V. Standard of Review

[18] As noted, the issue in this case is reasonableness. With regard to reasonableness, in Canada Post Corp v Canadian Union of Postal Workers, 2019 SCC 67, issued at the same time as the Supreme Court of Canada’s decision in Canada (Minister of Citizenship and Immigration) v Vavilov, 2019 SCC 65 [Vavilov], the majority per Justice Rowe explains what is required for a reasonable decision, and what is required of a court reviewing on the reasonableness standard:

[31] A reasonable decision is “one that is based on an internally coherent and rational chain of analysis and that is justified in relation to the facts and law that constrain the decision maker” (Vavilov, at para 85). Accordingly, when conducting reasonableness review “[a] reviewing court must begin its inquiry into the reasonableness of a decision by examining the reasons provided with ‘respectful attention’ and seeking to understand the reasoning process followed by the decision maker to arrive at [the] conclusion” (Vavilov, at para. 84, quoting Dunsmuir, at para. 48). The reasons should be read holistically and contextually in order to understand “the basis on which a decision was made” (Vavilov, at para 97, citing Newfoundland Nurses).

[32] A reviewing court should consider whether the decision as a whole is reasonable: “what is reasonable in a given situation will always depend on the constraints imposed by the legal and factual context of the particular decision under review” (Vavilov, at para 90). The reviewing court must ask “whether the decision bears the hallmarks of reasonableness—justification, transparency and intelligibility—and whether it is justified in relation to the relevant factual and legal constraints that bear on the decision” (Vavilov, at para. 99, citing Dunsmuir, at paras. 47 and 74, and Catalyst Paper Corp v North Cowichan (District), 2012 SCC 2, [2012] 1 SCR 5, at para 13).

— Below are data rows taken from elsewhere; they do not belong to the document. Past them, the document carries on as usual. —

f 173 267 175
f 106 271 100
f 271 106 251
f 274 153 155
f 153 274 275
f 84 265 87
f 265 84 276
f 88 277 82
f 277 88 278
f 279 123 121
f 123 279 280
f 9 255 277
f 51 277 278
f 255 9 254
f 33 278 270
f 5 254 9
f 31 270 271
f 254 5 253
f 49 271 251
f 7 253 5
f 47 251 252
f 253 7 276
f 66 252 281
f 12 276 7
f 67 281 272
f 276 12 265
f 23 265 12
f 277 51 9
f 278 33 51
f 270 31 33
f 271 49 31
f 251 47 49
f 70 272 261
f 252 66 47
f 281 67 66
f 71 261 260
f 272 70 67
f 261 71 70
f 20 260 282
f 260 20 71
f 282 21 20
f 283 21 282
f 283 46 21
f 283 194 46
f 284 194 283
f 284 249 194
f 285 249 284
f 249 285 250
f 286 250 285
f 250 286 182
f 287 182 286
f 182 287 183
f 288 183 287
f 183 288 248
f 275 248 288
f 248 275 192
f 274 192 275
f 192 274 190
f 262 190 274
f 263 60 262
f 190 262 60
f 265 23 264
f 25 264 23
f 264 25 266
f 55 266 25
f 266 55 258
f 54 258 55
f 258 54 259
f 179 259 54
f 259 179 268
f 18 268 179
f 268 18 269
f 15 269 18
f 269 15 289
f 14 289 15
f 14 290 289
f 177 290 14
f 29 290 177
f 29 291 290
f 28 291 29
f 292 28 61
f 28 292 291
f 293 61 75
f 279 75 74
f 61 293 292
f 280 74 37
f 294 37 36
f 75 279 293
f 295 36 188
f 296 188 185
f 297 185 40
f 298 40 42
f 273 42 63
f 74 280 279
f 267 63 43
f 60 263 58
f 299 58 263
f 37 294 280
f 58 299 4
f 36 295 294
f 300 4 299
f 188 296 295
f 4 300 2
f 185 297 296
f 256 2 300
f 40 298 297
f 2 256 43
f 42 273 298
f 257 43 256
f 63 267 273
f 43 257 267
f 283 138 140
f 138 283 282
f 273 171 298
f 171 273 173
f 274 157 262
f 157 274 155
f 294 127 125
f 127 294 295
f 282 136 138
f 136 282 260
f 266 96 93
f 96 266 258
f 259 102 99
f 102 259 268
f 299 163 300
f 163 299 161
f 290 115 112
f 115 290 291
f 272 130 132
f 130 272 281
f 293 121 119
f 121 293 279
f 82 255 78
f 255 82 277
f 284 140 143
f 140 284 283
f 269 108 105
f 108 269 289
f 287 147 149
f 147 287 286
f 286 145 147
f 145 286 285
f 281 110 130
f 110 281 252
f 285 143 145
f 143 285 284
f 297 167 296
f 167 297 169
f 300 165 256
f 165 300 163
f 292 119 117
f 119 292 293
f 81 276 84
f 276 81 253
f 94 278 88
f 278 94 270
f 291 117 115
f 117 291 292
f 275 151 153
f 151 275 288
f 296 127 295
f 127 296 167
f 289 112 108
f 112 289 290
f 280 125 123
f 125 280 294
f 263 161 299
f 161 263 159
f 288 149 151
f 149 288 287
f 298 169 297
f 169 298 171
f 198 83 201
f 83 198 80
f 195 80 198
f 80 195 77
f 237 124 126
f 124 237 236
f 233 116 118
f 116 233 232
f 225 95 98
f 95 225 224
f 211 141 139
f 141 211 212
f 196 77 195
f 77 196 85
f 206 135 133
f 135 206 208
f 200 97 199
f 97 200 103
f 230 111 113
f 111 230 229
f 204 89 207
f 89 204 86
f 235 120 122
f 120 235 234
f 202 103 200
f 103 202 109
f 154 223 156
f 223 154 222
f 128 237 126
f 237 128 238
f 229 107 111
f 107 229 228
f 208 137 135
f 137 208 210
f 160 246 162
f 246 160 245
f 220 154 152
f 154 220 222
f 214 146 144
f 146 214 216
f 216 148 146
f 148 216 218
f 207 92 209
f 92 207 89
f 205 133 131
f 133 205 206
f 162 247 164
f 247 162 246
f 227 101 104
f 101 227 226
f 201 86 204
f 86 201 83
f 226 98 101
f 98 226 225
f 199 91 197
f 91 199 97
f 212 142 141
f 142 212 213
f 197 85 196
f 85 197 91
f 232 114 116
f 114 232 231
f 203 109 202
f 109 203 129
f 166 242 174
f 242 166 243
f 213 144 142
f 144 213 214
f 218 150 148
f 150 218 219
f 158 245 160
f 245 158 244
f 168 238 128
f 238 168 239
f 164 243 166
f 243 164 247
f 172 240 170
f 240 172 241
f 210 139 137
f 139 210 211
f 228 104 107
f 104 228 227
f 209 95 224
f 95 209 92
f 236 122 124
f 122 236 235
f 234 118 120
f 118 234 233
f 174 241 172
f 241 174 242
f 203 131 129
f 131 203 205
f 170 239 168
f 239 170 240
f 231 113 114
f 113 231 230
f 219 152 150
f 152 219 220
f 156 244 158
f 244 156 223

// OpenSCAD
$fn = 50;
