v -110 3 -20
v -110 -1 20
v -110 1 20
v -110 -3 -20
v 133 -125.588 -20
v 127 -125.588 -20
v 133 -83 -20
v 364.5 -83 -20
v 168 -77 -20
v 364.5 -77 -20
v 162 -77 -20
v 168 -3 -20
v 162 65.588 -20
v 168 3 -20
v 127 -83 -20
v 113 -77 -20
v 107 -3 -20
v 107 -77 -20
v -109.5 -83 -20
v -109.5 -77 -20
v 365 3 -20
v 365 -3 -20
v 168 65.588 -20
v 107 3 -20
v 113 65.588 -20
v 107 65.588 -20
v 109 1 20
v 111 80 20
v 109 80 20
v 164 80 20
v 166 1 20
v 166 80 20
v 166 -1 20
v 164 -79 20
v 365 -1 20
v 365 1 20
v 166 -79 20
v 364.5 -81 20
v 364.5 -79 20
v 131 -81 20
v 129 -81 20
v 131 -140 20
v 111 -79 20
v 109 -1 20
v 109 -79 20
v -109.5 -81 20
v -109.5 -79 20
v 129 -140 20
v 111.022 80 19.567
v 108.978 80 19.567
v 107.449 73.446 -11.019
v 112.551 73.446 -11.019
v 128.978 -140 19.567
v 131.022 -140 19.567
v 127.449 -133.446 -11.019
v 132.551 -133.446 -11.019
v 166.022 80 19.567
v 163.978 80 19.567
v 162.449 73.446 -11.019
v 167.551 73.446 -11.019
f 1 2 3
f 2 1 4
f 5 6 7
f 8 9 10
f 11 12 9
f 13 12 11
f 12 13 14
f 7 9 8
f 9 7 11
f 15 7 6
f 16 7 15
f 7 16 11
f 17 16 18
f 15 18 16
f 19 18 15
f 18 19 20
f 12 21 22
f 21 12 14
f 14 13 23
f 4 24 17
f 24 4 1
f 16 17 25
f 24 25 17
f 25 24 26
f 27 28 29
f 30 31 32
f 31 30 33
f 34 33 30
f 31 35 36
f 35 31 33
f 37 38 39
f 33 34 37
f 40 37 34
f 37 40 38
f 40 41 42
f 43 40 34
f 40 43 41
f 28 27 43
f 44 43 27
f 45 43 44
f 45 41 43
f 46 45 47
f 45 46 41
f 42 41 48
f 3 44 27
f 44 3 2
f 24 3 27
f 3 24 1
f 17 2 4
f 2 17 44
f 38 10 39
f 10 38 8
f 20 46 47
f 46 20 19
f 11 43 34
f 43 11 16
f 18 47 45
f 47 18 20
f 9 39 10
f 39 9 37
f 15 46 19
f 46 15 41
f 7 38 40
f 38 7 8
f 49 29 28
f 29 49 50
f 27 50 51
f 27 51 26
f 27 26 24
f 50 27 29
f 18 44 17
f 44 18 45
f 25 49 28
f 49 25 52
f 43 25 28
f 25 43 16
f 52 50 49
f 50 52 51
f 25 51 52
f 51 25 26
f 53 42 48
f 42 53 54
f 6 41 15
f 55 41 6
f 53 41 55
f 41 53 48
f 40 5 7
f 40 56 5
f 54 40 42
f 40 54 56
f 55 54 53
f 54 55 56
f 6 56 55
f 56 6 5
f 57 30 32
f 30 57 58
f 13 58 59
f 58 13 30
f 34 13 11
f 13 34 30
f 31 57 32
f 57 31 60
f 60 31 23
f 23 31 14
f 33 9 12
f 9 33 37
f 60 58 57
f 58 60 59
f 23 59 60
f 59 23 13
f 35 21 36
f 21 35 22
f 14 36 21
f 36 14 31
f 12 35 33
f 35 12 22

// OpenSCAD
module wedge(x, y, z0, z1) {
    angleZ = (z1 > y) ? acos(y / z1) : atan(z1 / y);
    translate([-x / 2, -y / 2, -(z0 + z1) / 2])
    difference() {
        cube([x, y, z0 + z1]);
        translate([0, 0, z0]) rotate([angleZ, 0, 0]) cube([x, y * 10, z1]);
    };
};

module divider(length, depth = 40, topWidth = 2, bottomWidth = 4) {
    rotate([-90, 0, 0])
        union() {
            translate([0, 0, (topWidth + bottomWidth) / 4]) wedge(length, depth, topWidth / 2, bottomWidth / 2);
            translate([0, 0, -(topWidth + bottomWidth) / 4]) rotate([0, 180, 0]) wedge(length, depth, topWidth / 2, bottomWidth / 2);
        }
};

module sideProfile(depth=40, maxDepth=70) {
    rotate([90, 180, -90])
        union() {
            wedge(10, maxDepth, 0, 15);
            translate([0, (maxDepth - 24) / 2, 3]) wedge(10, 24, 0, 21);
        };
};

module drawerDivider() {
    divider(220);
    translate([127.5, -80, 0]) divider(474);
    translate([110, 0, 0]) rotate([0, 0, 90]) difference() {
        divider(160);
        translate([79, 0, 14.9]) sideProfile();
    };
    translate([130, -110, 0]) rotate([0, 0, 90]) difference() {
        divider(60);
        translate([-29, 0, 14.9]) rotate([0, 0, 180]) sideProfile();
    };
    translate([165, 0, 0]) rotate([0, 0, 90]) difference() {
        divider(160);
        translate([79, 0, 14.9]) sideProfile();
    };
    translate([265, 0, 0]) divider(200);
};


module partOne() {
    intersection() {
        cube([220, 300, 40], center=true);
        drawerDivider();    
    };
};

module partTwo() {
    intersection() {
        difference() {
            cube([800, 300, 40], center=true);
            cube([330, 300, 40], center=true);
        };
        drawerDivider();    
    };
};

module partThree() {
    intersection() {
        translate([137.5, 0, 0]) cube([55, 400, 40], center=true);
        drawerDivider();    
    };
};

partOne();
partTwo();
partThree();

[33] Under reasonableness review, “[t]he burden is on the party challenging the decision to show that it is unreasonable” (Vavilov, at para 100). The challenging party must satisfy the court “that any shortcomings or flaws relied on … are sufficiently central or significant to render the decision unreasonable” (Vavilov, at para 100).

[Emphasis added]

[19] Furthermore, Vavilov makes it abundantly clear the role of this Court is not to reweigh and reassess the evidence unless there are “exceptional circumstances”. The Supreme Court of Canada instructs:

[125] It is trite law that the decision maker may assess and evaluate the evidence before it and that, absent exceptional circumstances, a reviewing court will not interfere with its factual findings. The reviewing court must refrain from “reweighing and reassessing the evidence considered by the decision maker”: CHRC, at para. 55; see also Khosa, at para. 64; Dr. Q, at paras. 41–42. Indeed, many of the same reasons that support an appellate court’s deferring to a lower court’s factual findings, including the need for judicial efficiency, the importance of preserving certainty and public confidence, and the relatively advantageous position of the first instance decision maker, apply equally in the context of judicial review: see Housen, at paras. 15–18; Dr. Q, at para. 38; Dunsmuir, at para. 53.

[Emphasis added]

[20] The Federal Court of Appeal recently held in Doyle v Canada (Attorney General), 2021 FCA 237 [Doyle] that the role of this Court is not to reweigh and reassess the evidence:

[3] In doing that, the Federal Court was quite right. Under this legislative scheme, the administrative decision maker, here the Director, alone considers the evidence, decides on issues of admissibility and weight, assesses whether inferences should be drawn, and makes a decision. In conducting reasonableness review of the Director’s decision, the reviewing court, here the Federal Court, can interfere only where the Director has committed fundamental errors in fact-finding that undermine the acceptability of the decision. Reweighing and second-guessing the evidence is no part of its role. Sticking to its role, the Federal Court did not find any fundamental errors.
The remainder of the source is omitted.